Teeth grinding

by | January 27, 2022

Ever woken up with a headache? It could be that you are grinding your teeth at night. Find out more.


Have you ever woken up with a headache? It could be what is called bruxism where you are grinding your teeth at night.

Ageless Online talks to Clinical Associate Professor Chua Ee Kiam, senior consultant, prosthodontics in the Department of Restorative Dentistry, National Dental Centre Singapore, about this condition and Temporomandibular Joint Disorder (TMJ), which is clenching the jaw when awake or asleep:


Can you explain what bruxism is?

Bruxism is defined as the repetitive jaw muscle activity characterised by the clenching or grinding of teeth. According to the International Classification of Sleep Disorders – Revised (ICSD-R), 85 to 90 percent of the population grind their teeth at some point during their life and only five percent will develop a clinical condition.

Patients who experience bruxism often seek consultation from different doctors, ranging from neurologists to otorhinolaryngologists. Acute episodes are initially of a short duration, and symptoms often temporarily resolve while waiting for consultation. Occasional teeth grinding, does not usually cause harm, but when it occurs on a regular basis, teeth can be damaged and other oral health complications can arise.

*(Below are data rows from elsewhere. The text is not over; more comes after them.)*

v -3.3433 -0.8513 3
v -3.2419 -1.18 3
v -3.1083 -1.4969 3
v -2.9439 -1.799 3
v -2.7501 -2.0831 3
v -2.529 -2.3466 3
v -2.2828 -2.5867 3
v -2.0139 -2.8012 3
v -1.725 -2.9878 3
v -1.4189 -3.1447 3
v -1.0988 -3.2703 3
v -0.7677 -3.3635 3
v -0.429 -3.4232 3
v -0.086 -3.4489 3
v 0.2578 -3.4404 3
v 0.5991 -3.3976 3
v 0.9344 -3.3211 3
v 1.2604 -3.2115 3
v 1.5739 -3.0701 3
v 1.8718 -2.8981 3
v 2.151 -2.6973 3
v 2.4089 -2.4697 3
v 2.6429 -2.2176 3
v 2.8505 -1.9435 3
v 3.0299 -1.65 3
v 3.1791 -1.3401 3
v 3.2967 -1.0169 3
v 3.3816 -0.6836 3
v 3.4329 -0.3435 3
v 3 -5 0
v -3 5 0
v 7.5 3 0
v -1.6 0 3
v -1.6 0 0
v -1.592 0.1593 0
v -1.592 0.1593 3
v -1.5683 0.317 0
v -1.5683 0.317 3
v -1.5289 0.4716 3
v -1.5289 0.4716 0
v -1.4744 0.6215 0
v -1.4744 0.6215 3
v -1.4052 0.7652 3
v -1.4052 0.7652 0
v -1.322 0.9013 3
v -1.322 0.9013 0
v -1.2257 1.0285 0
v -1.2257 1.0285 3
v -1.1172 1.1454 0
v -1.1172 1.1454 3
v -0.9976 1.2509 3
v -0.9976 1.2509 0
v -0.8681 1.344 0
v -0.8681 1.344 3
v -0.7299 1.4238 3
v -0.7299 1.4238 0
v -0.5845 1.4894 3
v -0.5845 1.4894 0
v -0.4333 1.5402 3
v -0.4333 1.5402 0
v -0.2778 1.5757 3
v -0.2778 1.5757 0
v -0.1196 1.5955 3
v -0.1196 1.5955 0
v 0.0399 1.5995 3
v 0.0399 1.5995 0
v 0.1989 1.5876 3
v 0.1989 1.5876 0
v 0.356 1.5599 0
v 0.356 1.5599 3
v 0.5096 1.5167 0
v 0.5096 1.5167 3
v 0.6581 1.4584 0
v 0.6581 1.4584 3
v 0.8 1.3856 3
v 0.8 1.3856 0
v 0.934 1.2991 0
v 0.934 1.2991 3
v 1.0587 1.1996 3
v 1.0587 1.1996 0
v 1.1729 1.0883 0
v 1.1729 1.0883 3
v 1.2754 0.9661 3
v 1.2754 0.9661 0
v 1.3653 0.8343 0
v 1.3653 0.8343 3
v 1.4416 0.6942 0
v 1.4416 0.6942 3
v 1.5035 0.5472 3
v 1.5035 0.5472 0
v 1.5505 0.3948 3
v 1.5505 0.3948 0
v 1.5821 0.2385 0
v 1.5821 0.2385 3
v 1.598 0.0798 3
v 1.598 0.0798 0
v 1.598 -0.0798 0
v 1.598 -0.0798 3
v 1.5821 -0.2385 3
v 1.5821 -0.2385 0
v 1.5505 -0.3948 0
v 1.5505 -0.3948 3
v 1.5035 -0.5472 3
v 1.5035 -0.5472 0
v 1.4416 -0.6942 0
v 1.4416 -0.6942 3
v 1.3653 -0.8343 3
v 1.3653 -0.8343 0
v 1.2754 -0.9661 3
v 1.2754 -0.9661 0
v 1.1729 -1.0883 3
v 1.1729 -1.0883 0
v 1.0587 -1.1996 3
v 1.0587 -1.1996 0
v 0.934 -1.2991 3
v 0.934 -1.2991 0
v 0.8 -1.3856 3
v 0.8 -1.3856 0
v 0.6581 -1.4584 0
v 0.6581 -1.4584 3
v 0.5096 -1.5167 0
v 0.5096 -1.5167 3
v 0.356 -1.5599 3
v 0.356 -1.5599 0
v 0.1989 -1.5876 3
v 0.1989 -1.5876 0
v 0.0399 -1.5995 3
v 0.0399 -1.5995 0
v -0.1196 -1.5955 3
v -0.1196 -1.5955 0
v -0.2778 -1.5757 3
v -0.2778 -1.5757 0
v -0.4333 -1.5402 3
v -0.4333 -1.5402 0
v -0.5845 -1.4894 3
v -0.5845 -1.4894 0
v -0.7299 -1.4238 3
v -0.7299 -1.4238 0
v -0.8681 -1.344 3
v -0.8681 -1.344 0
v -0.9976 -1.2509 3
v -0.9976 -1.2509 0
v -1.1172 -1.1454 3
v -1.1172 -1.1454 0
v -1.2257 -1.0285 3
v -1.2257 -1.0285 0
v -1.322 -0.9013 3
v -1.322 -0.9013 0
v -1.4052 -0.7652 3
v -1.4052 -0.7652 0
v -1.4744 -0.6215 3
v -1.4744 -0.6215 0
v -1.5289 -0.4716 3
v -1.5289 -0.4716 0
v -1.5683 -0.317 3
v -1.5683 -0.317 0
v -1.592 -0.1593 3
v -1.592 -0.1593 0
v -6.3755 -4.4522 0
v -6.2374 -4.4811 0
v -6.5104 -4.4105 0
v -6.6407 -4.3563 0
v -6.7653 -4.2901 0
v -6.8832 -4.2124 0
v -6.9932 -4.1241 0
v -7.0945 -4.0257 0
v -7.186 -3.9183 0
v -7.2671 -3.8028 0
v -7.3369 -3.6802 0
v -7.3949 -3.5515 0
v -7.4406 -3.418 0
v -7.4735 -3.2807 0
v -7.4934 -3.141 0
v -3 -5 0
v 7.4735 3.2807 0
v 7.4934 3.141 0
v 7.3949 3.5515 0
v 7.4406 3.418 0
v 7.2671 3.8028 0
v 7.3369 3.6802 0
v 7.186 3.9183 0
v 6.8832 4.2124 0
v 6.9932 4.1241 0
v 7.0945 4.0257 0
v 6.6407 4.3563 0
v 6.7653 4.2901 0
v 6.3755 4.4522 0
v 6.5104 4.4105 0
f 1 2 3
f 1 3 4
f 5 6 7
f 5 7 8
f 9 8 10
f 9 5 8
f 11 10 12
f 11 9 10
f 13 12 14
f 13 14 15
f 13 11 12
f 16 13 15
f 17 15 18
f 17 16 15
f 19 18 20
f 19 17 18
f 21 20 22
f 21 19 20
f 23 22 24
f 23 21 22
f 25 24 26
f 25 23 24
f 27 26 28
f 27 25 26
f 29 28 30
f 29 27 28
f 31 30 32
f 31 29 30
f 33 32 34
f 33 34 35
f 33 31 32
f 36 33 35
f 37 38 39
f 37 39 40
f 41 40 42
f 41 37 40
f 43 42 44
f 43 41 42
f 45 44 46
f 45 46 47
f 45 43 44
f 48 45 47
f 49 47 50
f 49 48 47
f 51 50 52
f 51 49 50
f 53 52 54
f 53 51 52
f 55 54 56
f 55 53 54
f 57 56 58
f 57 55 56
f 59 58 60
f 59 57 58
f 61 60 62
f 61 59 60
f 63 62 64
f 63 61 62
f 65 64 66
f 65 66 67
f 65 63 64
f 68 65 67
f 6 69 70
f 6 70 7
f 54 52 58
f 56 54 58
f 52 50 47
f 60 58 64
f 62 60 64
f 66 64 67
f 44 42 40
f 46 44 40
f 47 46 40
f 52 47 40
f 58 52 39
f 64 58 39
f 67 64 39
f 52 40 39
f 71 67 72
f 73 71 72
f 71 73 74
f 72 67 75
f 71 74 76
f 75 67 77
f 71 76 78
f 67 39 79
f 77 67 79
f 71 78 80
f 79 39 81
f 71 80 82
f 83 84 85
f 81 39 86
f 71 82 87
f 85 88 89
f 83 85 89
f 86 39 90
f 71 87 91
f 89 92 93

Bruxism can appear in three forms – clenching, grinding or a mixture of both. Usually bruxism occurs when one is asleep (nocturnal bruxism). However, some people are aware of clenching in the day (diurnal clenching) but most of the time, impact forces become gradually lower as the individual becomes aware of the habit. This is unlike in nocturnal clenching or grinding, where the impact forces are much greater.


What is the occurrence amongst seniors in Singapore? Does it happen more in men than women?

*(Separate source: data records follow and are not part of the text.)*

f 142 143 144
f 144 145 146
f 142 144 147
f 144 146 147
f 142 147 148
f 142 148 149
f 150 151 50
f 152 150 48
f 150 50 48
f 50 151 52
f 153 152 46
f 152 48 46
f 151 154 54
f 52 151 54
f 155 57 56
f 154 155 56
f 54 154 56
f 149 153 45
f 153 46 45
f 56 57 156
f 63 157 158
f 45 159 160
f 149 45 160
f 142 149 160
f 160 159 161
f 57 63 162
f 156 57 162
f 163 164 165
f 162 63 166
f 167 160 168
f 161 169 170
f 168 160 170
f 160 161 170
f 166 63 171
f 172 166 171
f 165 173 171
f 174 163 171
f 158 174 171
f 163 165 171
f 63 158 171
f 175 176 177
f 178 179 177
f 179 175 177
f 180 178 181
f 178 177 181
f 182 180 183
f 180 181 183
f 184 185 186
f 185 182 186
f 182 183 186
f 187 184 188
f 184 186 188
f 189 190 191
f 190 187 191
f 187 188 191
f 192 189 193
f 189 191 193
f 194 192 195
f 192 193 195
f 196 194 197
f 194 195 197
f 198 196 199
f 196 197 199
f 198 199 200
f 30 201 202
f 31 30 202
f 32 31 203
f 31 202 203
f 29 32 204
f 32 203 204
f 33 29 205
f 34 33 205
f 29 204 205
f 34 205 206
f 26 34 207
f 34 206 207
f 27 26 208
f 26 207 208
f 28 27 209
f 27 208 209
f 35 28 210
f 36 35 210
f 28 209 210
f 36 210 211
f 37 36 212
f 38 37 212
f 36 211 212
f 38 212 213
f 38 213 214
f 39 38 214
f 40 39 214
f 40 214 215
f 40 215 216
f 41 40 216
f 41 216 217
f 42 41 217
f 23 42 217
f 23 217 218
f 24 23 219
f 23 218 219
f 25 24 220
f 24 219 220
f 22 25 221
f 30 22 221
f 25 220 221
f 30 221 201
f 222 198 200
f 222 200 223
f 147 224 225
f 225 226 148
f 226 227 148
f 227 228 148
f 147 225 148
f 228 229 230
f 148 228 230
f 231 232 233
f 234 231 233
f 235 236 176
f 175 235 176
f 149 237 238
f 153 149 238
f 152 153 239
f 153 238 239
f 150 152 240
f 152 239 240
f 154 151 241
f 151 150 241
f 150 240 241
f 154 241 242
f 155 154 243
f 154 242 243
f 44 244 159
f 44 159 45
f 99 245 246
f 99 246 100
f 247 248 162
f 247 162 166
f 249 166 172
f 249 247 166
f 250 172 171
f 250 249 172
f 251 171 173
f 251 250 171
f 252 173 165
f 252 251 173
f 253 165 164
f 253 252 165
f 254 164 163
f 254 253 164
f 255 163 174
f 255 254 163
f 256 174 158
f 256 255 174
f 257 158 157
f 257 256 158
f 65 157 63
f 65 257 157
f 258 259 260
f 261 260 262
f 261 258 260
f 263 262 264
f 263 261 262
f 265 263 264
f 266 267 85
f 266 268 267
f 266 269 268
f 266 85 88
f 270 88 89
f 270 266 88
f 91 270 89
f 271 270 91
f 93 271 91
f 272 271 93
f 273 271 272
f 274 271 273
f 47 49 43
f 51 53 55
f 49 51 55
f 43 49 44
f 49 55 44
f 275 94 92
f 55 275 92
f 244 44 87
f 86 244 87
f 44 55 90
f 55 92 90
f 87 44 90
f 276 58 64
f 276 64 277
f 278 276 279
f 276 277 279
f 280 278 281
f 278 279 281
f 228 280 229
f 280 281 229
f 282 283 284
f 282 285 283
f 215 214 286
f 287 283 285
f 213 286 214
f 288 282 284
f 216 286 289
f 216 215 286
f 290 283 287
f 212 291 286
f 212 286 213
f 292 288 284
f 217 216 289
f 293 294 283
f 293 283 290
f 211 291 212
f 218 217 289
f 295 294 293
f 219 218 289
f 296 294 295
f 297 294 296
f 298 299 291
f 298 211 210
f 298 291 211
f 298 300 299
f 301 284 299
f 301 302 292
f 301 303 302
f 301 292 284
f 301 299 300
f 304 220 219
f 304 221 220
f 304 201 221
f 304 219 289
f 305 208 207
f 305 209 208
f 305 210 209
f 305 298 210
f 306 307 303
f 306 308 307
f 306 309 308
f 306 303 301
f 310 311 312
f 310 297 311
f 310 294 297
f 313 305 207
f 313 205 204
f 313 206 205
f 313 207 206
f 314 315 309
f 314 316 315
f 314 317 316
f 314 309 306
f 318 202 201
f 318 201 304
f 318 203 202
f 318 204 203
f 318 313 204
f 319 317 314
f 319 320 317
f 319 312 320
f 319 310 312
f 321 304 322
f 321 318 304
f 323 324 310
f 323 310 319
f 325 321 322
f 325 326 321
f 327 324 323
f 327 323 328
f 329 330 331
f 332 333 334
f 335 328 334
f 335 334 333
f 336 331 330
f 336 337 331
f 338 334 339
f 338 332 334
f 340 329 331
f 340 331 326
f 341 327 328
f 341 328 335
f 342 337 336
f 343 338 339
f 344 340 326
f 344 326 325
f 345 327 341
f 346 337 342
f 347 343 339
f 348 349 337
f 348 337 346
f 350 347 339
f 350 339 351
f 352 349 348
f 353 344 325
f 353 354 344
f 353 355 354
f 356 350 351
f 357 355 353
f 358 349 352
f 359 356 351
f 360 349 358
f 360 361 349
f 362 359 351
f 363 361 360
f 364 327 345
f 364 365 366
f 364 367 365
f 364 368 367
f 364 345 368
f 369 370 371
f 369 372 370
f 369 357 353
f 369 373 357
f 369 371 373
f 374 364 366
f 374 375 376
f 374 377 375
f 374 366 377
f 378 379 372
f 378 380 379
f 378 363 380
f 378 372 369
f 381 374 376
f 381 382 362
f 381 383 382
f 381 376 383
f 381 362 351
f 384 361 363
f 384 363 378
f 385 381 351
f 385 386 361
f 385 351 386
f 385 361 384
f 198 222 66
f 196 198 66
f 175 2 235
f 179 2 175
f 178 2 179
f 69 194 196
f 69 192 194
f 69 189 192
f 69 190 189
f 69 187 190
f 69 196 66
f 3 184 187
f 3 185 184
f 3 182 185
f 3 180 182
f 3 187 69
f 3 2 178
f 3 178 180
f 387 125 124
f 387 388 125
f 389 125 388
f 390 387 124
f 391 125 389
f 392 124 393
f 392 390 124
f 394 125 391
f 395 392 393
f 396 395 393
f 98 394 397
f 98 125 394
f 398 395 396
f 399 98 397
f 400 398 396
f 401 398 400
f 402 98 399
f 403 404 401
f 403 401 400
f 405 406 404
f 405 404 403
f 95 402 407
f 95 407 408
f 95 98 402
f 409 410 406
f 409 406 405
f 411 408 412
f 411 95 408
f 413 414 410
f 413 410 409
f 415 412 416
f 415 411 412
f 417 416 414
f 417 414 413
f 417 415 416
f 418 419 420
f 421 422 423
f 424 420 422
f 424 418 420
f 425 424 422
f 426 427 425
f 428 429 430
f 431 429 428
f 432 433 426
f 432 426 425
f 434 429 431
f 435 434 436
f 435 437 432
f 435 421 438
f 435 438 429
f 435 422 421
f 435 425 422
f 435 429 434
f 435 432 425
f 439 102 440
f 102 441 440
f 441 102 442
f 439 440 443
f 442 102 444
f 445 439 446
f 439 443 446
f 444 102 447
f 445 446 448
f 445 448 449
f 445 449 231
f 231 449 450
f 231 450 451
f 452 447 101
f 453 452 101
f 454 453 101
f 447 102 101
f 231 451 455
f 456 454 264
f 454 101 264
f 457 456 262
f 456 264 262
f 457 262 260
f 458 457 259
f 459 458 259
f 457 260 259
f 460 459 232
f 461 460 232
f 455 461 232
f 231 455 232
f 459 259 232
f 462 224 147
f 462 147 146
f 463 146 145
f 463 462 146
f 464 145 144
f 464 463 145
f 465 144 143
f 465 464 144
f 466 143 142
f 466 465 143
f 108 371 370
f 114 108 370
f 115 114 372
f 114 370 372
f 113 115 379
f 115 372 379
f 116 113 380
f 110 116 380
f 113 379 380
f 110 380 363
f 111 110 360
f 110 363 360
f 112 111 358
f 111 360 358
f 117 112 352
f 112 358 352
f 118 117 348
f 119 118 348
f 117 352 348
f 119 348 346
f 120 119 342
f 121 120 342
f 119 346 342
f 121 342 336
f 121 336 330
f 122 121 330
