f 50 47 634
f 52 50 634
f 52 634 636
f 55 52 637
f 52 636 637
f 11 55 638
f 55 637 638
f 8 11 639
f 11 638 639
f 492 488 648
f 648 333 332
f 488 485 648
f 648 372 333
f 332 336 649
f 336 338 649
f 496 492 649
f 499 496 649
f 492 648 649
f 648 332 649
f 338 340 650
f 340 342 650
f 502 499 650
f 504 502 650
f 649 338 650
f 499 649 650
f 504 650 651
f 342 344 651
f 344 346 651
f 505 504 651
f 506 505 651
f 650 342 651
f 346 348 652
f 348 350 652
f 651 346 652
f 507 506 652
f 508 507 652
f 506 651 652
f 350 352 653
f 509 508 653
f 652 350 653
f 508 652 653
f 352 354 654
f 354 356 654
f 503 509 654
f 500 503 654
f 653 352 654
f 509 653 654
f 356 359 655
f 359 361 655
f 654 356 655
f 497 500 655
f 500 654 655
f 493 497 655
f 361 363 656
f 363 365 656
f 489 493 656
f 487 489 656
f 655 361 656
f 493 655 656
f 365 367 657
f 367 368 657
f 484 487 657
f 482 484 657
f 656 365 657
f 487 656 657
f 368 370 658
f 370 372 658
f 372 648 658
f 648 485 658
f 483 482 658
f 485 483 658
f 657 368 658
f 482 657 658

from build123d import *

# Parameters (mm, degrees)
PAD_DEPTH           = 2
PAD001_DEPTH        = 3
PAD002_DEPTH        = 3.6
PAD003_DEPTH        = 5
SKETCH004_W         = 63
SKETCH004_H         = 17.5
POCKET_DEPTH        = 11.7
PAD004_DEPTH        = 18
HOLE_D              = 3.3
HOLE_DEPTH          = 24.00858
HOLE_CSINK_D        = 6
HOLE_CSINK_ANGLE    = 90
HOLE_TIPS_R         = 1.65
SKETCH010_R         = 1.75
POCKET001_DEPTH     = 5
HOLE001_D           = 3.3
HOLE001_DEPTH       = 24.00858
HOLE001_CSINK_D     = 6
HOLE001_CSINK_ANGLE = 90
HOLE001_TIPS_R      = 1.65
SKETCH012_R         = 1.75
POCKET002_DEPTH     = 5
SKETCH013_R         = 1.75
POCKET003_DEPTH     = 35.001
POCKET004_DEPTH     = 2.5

In the past, the age group of my patients were between 14 years to 50 years. I have seen an increasing number of patients who are aged 60 years and above. The ratio of female to male patients is about 3:1. This could be explained by the fact that females more commonly take on more roles and responsibilities, such as a mother, wife or caregiver to their ageing parents, as well as having a career.


Many conditions like Alzheimer’s disease, Lewy body dementia, stroke, Parkinson’s disease and many medications can cause bruxism. Is this true?

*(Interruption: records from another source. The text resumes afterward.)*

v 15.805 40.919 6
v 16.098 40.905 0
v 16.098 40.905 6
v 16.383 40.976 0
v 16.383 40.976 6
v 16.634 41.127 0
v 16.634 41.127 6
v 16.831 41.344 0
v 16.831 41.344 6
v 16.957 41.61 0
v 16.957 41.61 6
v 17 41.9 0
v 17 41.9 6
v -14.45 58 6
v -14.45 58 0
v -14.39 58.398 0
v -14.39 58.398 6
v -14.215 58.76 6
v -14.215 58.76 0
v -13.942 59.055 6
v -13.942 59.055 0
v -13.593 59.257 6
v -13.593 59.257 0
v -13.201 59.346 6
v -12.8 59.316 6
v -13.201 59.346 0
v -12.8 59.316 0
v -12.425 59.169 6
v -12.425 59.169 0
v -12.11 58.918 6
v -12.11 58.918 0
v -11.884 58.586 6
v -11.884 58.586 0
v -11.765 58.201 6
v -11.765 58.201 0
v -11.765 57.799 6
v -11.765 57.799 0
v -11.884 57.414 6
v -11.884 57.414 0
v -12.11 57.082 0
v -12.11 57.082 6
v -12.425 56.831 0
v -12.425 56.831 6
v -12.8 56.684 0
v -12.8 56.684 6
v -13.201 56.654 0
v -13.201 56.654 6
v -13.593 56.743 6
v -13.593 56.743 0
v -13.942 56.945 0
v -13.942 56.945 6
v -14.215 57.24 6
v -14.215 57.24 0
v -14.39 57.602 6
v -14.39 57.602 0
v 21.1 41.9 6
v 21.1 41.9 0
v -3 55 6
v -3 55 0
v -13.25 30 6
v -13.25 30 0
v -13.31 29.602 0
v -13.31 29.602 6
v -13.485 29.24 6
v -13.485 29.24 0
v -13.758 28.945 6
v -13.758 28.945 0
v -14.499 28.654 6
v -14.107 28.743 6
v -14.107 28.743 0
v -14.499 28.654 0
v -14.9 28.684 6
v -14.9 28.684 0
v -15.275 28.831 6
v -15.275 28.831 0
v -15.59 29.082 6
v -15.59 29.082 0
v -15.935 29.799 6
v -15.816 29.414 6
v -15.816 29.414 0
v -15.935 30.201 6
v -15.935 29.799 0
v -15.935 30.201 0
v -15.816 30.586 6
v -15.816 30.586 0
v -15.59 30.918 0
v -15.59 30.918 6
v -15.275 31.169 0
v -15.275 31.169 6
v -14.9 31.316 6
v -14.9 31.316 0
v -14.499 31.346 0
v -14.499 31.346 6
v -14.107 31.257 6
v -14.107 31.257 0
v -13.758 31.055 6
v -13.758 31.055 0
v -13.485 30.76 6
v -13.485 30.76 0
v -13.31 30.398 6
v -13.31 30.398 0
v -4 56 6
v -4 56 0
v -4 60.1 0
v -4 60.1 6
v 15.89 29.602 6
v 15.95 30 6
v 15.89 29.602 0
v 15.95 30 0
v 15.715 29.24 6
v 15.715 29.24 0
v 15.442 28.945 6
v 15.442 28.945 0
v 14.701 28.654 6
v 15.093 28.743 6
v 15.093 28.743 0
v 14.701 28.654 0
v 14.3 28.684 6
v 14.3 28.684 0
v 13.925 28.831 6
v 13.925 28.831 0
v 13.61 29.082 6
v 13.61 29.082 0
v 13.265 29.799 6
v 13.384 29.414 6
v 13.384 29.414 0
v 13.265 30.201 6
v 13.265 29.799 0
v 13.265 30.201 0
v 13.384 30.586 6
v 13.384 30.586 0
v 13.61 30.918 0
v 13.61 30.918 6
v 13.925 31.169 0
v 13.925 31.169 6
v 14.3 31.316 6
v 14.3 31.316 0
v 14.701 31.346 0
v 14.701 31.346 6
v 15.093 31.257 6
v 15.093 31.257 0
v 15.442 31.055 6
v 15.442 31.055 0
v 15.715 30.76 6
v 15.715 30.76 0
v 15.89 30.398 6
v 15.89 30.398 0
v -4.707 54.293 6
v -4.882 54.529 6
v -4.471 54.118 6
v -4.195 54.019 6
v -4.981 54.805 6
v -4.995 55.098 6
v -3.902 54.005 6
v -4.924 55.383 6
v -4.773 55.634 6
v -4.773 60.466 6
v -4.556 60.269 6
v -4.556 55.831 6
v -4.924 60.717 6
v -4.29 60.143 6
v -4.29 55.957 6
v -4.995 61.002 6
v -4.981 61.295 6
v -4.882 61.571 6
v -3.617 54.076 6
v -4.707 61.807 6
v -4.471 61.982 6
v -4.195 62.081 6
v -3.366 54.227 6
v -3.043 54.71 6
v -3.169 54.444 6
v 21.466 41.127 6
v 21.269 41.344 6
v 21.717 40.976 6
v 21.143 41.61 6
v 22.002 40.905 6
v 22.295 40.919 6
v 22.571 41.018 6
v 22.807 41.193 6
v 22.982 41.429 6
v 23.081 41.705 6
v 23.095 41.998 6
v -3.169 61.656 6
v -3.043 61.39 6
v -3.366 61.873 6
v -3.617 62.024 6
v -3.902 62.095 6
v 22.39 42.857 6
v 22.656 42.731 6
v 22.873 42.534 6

Secondary bruxism can be due to the side effects of medication, such anti-psychotics or medications to treat schizophrenia, bipolar disorders, depression and Alzheimer’s disease. Amphetamine, a type of stimulant, and recreational drugs like ecstasy and cocaine may cause nocturnal bruxism.


Sometimes seniors may not be aware it is happening since at night. What happens then in the morning – do they get headaches?

Most of our patients are not aware of nocturnal bruxism. Their sleeping partners may complain of loud grinding noises during grinding, but in clenching, there are no noises.

A telltale sign in the morning, is patients will often complain of aches, pains and headaches. In severe cases, some patients may visibly see cracks on their teeth, which is a result of high-impact grinding over long periods of time.


What others signs and symptoms are with bruxism? How is TMJ related to bruxism?

Some of the signs and symptoms of TMJ include an increased sensitivity of teeth, cracked and or worn out teeth, headaches, jaw pain, clicking or grating sounds on the jaw joints and limited mobility of mouth opening. Bruxism is a common cause for TMJ problems.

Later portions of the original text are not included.